Is there a better way that doesn't include functions with two nested applications?

edit : here are a few steps for different approaches:

 library(microbenchmark) set.seed(315) bm_data <- matrix(sample(1:5, 6000, replace = TRUE), nrow = 200, ncol = 30) op <- microbenchmark( APPLY1 = apply(bm_data, MARGIN = 2, function(x) { return(apply(bm_data, MARGIN = 2, function(y) { return(sum(x > y)) })) }), APPLY2 = apply(bm_data, 2 , function(x) colSums( x > bm_data)), SWEEP = apply(bm_data,2,function(x) colSums(sweep(bm_data,1,x,"-")<0)), VECTORIZE = { n <- 1:ncol(bm_data); ind <- expand.grid(n, n) out <- colSums(bm_data[,c(ind[,2])] > bm_data[,c(ind[,1])]) }, SAPPLY = sapply(seq(ncol(bm_data)), function(i) colSums(bm_data[, i] > bm_data)), times = 100L ) > summary(op) expr min lq median uq max neval 1 APPLY1 9742.091 10519.757 10923.896 11876.614 13006.850 100 2 APPLY2 1012.097 1080.926 1148.111 1247.965 3338.314 100 3 SWEEP 7020.979 7667.972 8580.420 8943.674 33601.336 100 4 VECTORIZE 3036.700 3266.815 3516.449 4476.769 28638.246 100 5 SAPPLY 978.812 1021.754 1078.461 1150.782 3303.798 100 
Strategies

@Ricardo SAPPLY and @Simon APPLY2 are nice single-line solutions that work much faster than my APPLY1 approach.
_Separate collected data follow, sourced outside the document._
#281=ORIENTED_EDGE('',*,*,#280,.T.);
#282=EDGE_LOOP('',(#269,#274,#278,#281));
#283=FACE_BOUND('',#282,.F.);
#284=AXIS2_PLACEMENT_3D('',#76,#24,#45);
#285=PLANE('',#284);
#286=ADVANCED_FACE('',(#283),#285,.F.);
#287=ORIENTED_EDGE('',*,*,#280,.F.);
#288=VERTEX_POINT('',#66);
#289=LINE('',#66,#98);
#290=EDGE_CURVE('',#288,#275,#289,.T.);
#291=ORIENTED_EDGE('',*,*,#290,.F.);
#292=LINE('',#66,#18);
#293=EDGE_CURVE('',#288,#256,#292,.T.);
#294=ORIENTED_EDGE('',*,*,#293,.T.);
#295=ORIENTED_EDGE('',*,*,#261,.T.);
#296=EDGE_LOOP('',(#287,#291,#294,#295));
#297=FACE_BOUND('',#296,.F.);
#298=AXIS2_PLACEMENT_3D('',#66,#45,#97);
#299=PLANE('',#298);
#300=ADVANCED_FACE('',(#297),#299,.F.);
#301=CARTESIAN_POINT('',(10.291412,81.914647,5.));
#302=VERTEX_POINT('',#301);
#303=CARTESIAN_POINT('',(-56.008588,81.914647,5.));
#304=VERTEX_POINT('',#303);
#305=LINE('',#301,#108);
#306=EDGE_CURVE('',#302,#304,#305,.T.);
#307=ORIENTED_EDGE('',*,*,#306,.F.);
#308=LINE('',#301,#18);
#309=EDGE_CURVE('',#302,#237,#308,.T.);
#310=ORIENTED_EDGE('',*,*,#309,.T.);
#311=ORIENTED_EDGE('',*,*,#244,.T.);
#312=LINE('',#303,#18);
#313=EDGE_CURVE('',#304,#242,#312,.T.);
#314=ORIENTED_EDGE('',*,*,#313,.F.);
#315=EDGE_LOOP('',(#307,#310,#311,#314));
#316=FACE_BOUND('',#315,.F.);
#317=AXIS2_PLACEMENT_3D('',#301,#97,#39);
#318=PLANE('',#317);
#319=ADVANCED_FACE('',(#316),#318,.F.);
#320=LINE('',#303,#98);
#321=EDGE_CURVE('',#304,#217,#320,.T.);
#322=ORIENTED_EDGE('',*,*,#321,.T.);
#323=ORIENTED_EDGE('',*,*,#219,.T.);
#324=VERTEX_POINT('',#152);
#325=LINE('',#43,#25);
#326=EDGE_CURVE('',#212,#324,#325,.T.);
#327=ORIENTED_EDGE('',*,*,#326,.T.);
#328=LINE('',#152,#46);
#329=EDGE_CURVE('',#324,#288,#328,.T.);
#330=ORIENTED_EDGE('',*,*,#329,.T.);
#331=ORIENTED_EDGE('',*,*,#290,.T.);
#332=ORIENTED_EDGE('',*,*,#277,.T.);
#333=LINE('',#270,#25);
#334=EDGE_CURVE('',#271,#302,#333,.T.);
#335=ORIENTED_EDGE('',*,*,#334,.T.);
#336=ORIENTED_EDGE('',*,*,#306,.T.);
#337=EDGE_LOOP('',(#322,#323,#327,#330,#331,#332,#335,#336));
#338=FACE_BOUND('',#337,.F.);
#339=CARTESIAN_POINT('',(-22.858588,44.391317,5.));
In terms of elegance, updating @Simon with APPLY2 falls into the mark - simple, easy to read, and fast.

One conclusion I learned from the discussion here is how much faster the apply functions are copied across the matrix compared to data.frame . Convert and then calculate if possible.

@Simon expand.grid is the most creative - I didn’t even think of approaching the problem this way. Nice.

+6
source share
5 answers

Edit:

See below for more details, but you can do this in a single apply loop:

 apply( mat , 2 , function(x) colSums( x > mat ) 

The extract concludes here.